System.out.println("\nTesting Part B - simulateManyDays:");
Feeder feeder2 = new Feeder(1000);
System.out.println("Starting food: " + feeder2.getCurrentFood() + " grams");
int days = feeder2.simulateManyDays(10, 20);
System.out.println("Days with food: " + days);
System.out.println("Remaining food: " + feeder2.getCurrentFood() + " grams");

Testing Part A - simulateOneDay:
Starting food: 500 grams
After 1 day with 12 birds: 296 grams

Testing Part B - simulateManyDays:
Starting food: 1000 grams
Days with food: 4
Remaining food: 0 grams

How I Solved This Problem

What’s Actually Happening

This problem simulates a bird feeder where birds (and occasionally a bear) come to eat. The challenge is to model:

  1. Part A: What happens on a single day
  2. Part B: How many days the feeder can sustain visitors

The key twist: 5% of the time a bear shows up and eats everything.
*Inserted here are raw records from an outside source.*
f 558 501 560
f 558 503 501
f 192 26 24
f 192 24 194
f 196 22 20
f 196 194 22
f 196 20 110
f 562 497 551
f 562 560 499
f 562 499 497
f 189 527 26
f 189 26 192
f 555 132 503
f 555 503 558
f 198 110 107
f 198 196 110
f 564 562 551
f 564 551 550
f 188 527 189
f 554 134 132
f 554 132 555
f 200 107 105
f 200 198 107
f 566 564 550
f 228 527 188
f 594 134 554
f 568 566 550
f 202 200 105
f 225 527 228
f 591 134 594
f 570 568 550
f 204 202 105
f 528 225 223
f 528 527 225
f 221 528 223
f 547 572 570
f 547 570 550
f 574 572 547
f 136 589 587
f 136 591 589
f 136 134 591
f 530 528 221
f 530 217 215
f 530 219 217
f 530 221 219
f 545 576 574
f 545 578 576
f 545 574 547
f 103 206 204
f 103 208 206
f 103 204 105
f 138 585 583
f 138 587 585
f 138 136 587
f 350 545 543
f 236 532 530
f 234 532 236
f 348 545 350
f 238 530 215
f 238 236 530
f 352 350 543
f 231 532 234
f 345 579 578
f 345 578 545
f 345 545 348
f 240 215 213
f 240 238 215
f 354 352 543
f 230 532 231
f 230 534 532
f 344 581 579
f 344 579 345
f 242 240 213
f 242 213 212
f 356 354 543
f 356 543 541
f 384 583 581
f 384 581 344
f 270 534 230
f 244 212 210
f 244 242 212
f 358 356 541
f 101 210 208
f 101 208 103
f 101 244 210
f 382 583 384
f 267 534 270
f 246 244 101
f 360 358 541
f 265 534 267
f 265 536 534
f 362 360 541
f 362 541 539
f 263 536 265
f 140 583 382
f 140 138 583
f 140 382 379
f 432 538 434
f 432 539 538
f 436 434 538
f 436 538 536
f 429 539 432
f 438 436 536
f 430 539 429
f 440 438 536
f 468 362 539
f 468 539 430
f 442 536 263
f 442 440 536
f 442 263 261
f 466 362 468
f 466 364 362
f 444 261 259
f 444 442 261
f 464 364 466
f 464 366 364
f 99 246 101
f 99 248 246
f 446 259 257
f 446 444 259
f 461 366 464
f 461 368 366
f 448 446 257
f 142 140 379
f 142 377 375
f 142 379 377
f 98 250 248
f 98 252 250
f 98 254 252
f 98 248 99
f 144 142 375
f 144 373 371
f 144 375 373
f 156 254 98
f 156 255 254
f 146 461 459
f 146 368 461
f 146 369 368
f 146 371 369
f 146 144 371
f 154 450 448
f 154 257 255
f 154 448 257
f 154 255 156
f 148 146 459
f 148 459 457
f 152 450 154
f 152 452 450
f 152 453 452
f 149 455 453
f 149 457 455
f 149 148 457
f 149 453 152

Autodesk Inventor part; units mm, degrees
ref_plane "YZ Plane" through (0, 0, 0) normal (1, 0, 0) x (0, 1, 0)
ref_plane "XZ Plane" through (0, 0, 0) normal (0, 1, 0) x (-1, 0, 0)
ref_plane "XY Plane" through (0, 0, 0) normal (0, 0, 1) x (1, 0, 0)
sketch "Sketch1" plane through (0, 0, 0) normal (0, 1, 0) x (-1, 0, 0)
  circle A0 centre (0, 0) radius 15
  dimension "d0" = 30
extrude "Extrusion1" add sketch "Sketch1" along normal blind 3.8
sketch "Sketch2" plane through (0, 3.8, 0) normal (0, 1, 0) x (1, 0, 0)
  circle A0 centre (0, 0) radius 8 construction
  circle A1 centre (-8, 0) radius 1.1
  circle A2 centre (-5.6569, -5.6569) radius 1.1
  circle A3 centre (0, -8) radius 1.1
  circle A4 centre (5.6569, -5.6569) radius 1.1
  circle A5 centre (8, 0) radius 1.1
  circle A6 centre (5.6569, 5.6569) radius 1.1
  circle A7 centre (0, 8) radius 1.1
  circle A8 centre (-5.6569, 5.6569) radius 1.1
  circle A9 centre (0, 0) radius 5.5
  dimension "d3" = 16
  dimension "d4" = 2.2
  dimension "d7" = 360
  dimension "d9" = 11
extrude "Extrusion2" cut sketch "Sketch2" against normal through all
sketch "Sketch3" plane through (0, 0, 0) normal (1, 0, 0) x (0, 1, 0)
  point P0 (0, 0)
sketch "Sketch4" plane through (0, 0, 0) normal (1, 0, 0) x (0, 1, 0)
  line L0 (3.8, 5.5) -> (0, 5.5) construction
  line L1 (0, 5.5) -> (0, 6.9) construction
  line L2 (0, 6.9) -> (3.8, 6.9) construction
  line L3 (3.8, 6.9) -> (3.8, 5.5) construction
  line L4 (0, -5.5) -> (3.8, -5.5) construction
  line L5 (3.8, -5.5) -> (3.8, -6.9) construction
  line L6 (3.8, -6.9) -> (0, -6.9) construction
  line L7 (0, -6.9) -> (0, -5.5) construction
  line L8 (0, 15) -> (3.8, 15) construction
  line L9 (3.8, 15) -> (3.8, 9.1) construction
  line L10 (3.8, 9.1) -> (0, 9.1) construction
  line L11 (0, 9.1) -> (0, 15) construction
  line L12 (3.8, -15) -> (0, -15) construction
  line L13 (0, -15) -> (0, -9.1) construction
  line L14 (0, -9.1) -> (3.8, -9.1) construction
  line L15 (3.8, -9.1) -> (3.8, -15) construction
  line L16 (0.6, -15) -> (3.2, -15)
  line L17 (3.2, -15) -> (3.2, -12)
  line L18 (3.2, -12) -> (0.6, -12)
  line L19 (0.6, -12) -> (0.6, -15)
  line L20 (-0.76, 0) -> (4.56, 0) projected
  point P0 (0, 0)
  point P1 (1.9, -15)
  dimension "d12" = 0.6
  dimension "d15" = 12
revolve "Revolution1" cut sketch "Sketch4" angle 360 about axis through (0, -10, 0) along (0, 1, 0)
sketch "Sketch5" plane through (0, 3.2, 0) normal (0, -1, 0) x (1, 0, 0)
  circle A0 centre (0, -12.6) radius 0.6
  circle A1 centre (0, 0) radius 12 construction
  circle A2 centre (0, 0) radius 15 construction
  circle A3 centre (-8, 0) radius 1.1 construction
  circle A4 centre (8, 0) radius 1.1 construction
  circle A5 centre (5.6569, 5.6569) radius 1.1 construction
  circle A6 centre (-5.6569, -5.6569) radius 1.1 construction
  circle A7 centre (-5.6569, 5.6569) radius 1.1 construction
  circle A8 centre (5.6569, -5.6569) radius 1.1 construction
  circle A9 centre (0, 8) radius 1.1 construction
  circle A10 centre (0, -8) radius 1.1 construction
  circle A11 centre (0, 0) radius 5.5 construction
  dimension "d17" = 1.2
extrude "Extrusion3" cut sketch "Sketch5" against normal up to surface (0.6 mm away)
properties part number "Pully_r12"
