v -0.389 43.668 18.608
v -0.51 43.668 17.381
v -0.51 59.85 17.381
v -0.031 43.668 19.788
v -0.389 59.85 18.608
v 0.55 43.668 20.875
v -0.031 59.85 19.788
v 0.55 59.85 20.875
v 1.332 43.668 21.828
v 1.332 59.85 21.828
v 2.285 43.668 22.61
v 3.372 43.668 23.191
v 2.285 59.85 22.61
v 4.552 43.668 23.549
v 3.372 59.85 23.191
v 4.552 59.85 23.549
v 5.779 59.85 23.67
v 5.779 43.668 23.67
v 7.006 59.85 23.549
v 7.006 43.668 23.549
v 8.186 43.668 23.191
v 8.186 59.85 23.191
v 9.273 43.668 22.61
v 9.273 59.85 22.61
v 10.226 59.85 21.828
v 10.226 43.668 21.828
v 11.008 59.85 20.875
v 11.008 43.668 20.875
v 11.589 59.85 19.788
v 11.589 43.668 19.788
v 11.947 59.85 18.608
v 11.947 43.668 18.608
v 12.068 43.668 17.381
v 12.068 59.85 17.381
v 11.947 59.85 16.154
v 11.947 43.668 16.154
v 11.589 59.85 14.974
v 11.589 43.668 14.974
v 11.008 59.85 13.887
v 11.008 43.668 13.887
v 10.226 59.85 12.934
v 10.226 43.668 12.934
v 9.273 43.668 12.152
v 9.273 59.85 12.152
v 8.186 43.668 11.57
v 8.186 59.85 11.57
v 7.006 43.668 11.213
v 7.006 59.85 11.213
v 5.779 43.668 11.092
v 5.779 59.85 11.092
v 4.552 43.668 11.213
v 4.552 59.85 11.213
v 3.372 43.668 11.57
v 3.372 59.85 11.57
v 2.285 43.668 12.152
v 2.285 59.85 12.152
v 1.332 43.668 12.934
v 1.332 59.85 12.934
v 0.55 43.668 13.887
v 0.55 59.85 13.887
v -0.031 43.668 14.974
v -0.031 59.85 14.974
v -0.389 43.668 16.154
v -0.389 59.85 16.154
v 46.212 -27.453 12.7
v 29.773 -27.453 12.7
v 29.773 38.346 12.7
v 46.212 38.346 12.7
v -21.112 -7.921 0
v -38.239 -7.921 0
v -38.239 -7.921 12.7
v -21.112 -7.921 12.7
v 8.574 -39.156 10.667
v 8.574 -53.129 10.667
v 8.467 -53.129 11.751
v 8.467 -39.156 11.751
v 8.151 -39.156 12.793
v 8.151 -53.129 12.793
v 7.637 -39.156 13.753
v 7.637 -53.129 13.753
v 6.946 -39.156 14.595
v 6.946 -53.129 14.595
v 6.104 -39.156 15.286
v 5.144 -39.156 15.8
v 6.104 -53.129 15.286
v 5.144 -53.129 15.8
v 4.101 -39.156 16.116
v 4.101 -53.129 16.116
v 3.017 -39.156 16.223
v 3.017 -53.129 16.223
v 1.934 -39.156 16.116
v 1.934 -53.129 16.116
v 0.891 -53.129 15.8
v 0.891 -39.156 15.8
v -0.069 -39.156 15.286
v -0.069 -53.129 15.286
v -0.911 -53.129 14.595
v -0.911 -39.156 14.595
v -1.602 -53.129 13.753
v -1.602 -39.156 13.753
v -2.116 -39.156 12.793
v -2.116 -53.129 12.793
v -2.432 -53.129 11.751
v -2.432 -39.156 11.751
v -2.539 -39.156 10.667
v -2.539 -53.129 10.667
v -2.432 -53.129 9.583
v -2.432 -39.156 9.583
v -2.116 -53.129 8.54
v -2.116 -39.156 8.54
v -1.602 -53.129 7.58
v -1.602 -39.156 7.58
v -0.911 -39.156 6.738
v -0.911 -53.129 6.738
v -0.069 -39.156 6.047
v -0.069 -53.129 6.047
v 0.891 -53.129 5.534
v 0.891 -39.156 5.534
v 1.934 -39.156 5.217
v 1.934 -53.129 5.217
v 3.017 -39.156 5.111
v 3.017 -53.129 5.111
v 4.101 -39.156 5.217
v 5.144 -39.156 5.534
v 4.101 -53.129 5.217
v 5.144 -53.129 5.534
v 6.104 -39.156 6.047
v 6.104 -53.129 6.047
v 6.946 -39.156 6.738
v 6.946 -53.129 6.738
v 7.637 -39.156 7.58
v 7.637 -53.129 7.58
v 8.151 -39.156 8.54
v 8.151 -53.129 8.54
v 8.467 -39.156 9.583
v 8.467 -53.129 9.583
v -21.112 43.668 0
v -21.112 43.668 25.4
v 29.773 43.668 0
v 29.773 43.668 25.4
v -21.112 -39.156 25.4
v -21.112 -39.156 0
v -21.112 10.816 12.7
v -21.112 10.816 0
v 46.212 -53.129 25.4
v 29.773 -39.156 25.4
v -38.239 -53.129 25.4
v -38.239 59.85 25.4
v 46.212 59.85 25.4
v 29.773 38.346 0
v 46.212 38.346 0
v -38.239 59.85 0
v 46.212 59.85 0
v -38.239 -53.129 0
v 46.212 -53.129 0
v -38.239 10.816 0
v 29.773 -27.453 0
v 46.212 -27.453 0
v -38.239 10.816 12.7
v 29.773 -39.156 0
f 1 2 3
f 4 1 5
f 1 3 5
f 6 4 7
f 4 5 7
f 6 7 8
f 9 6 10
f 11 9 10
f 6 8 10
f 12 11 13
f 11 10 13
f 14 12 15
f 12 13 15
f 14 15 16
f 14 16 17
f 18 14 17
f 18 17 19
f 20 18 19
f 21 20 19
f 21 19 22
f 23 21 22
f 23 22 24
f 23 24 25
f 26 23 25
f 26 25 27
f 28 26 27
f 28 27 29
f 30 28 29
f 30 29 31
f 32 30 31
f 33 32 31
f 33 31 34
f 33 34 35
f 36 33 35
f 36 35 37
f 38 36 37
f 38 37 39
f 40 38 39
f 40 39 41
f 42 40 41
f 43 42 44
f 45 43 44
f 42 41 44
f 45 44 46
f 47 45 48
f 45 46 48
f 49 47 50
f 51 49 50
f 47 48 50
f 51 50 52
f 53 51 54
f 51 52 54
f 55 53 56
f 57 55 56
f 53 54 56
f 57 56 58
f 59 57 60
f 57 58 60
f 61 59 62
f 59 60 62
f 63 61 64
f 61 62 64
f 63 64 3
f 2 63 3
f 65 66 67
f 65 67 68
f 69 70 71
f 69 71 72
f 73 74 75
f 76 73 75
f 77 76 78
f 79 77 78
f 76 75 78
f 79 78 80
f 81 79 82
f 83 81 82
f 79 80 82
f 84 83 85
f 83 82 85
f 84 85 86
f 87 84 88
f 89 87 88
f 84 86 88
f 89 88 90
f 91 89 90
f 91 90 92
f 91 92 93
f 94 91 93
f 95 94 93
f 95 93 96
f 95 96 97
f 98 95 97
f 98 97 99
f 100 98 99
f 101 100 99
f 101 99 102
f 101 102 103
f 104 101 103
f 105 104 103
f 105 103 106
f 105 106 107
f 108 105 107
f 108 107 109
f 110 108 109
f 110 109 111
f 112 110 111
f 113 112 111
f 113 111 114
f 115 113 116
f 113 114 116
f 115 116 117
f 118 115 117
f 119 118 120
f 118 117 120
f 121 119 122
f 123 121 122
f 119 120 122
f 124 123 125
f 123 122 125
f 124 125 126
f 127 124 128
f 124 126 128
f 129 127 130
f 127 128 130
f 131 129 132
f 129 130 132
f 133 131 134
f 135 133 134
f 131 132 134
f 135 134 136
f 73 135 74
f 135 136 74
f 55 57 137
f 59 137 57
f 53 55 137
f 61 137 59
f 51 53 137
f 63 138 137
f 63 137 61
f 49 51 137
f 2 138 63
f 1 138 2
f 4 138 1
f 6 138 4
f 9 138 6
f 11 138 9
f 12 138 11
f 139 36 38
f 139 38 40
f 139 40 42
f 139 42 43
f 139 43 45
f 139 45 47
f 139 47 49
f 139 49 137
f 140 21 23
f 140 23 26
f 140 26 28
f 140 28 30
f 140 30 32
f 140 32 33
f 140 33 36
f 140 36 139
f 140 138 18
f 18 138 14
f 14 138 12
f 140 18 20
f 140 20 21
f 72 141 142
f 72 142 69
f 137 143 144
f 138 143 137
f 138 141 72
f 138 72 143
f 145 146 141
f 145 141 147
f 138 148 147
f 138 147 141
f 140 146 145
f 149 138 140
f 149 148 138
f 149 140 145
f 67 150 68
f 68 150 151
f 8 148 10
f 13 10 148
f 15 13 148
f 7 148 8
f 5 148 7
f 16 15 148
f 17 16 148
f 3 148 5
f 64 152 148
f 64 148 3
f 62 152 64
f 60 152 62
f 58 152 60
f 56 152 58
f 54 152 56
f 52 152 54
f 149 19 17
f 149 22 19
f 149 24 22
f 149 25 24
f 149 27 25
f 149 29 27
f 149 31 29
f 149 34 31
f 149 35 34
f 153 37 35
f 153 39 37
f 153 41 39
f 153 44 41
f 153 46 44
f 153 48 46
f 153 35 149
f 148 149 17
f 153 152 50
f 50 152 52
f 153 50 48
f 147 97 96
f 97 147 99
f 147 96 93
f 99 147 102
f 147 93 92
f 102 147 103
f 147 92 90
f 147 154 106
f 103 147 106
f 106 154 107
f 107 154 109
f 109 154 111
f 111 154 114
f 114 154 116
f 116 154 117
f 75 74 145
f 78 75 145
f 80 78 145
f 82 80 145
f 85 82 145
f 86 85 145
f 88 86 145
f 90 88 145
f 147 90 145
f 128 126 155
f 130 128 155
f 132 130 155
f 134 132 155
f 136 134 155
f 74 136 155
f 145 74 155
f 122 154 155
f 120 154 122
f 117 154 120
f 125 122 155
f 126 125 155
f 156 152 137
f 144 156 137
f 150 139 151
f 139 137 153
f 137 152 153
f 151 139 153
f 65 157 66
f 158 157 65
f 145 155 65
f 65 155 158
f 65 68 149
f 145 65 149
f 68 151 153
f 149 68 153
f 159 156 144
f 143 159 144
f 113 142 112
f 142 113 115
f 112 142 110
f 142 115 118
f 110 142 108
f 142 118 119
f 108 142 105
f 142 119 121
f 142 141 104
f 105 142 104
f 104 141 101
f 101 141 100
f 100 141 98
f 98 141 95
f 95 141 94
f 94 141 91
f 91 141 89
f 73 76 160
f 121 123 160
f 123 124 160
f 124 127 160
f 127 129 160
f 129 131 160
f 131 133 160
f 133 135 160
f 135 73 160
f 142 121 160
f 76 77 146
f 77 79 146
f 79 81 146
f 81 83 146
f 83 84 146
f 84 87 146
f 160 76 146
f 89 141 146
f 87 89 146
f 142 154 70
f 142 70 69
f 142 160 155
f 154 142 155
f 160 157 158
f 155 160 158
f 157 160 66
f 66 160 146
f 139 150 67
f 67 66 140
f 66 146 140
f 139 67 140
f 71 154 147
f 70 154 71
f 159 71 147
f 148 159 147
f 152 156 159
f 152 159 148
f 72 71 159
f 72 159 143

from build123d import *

# Parameters (mm, degrees)
F0_W      = 84.451213479
F0_H      = 112.9794791341
F1_DEPTH  = 25.4
F2_W      = 50.8853495121
F2_H      = 82.8240290284
F3_DEPTH  = 25.4
F4_R      = 6.2891485283
F5_DEPTH  = 25.4
F6_R      = 5.5560325186
F7_DEPTH  = 25.4
F8_W      = 17.1270668507
F8_H      = 18.73687841
F9_DEPTH  = 12.7
F10_W     = 16.4387971163
F10_H     = 65.7989624888
F11_DEPTH = 12.7


with BuildPart() as f1:
    # F0 (on Top) → F1 (new body)
    with BuildSketch(Plane.XY):
        with Locations((3.9865151048, 3.3602751791)):
            Rectangle(F0_W, F0_H)
    extrude(amount=F1_DEPTH)

    # F2 (on face) → F3 (cut)
    with BuildSketch(Plane.XY.offset(25.4)):
        with Locations((4.330649972, 2.2555477917)):
            Rectangle(F2_W, F2_H)
    extrude(amount=-F3_DEPTH, mode=Mode.SUBTRACT)

    # F4 (on face) → F5 (cut)
    with BuildSketch(Plane(origin=(0, 59.8500147462, 0), x_dir=(-1, 0, 0), z_dir=(0, 1, 0))):
        with Locations((-5.7790102437, 17.3808317631)):
            Circle(F4_R)
    extrude(amount=-F5_DEPTH, mode=Mode.SUBTRACT)

    # F6 (on face) → F7 (cut)
    with BuildSketch(Plane.XZ.offset(53.1294643879)):
        with Locations((3.0174842104, 10.6666553766)):
            Circle(F6_R)
    extrude(amount=-F7_DEPTH, mode=Mode.SUBTRACT)

    # F8 (on face) → F9 (cut)
    with BuildSketch(Plane(origin=(0, 0, 0), x_dir=(1, 0, 0), z_dir=(0, 0, -1))):
        with Locations((-29.6755582094, -1.4471039176)):
            Rectangle(F8_W, F8_H)
    extrude(amount=-F9_DEPTH, mode=Mode.SUBTRACT)

    # F10 (on face) → F11 (cut)
    with BuildSketch(Plane(origin=(0, 0, 0), x_dir=(1, 0, 0), z_dir=(0, 0, -1))):
        with Locations((37.9927232862, -5.4467311129)):
            Rectangle(F10_W, F10_H)
    extrude(amount=-F11_DEPTH, mode=Mode.SUBTRACT)


solid = f1.part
Otherwise, normal birds visit.

Part A Solution: simulateOneDay(int numBirds)

The Logic:

  1. Generate a random chance (0-99)
  2. If it’s 0-4 (5% chance): A bear visits → currentFood = 0
  3. Otherwise (95% chance): Birds visit
    • Each bird eats the same random amount: 10-50 grams
    • Calculate total eaten: gramsPerBird × numBirds
    • If total eaten > currentFood: set currentFood to 0 (feeder emptied)
    • Otherwise: subtract total from currentFood

Key Implementation Details:

// 5% bear check
int chanceValue = (int)(Math.random() * 100);
if (chanceValue < 5) {
    currentFood = 0;
} else {
    // random grams per bird: 10-50 inclusive
    int gramsPerBird = (int)(Math.random() * 41) + 10;
    int totalEaten = gramsPerBird * numBirds;
    
    // can't eat more than available
    if (totalEaten > currentFood) {
        currentFood = 0;
    } else {
        currentFood -= totalEaten;
    }
}

Part B Solution: simulateManyDays(int numBirds, int numDays)

The Logic:

  1. Create a counter: daysWithFood = 0
  2. Loop up to numDays times:
    • Before each day: Check if feeder is empty (currentFood ≤ 0)
    • If empty: break out of loop (stop simulation)
    • If there’s food: call simulateOneDay(numBirds) and increment counter
  3. Return the count of days where food was available

Key Implementation Details:

int daysWithFood = 0;
for (int day = 0; day < numDays; day++) {
    // Check BEFORE simulating the day
    if (currentFood <= 0) {
        break;  // No food left, stop early
    }
    
    // Simulate one day
    simulateOneDay(numBirds);
    daysWithFood++;
}
return daysWithFood;

Why This Design?

The Order Matters:

  • We check if currentFood <= 0 before calling simulateOneDay
  • This ensures we only count days where visitors actually found food
  • If the feeder empties on day 5, we stop and return 5 (not 6)

Example Walkthrough:

  • Start: 300 grams, want to simulate 5 days with 8 birds
  • Day 1: 300g available → simulate → maybe 250g left, daysWithFood = 1
  • Day 2: 250g available → simulate → maybe 0g left, daysWithFood = 2
  • Day 3: 0g available → break immediately (feeder is empty)
  • Return: 2 days with food

Test Cases to Verify

Part A Test:

  • Feeder with 500g, 12 birds, normal day should leave ~240-540g
  • Feeder should never go negative

Part B Test:

  • Start with 1000g, simulate 10 days with 5 birds
  • Should return days until food runs out
  • Stopping early if feeder empties saves computation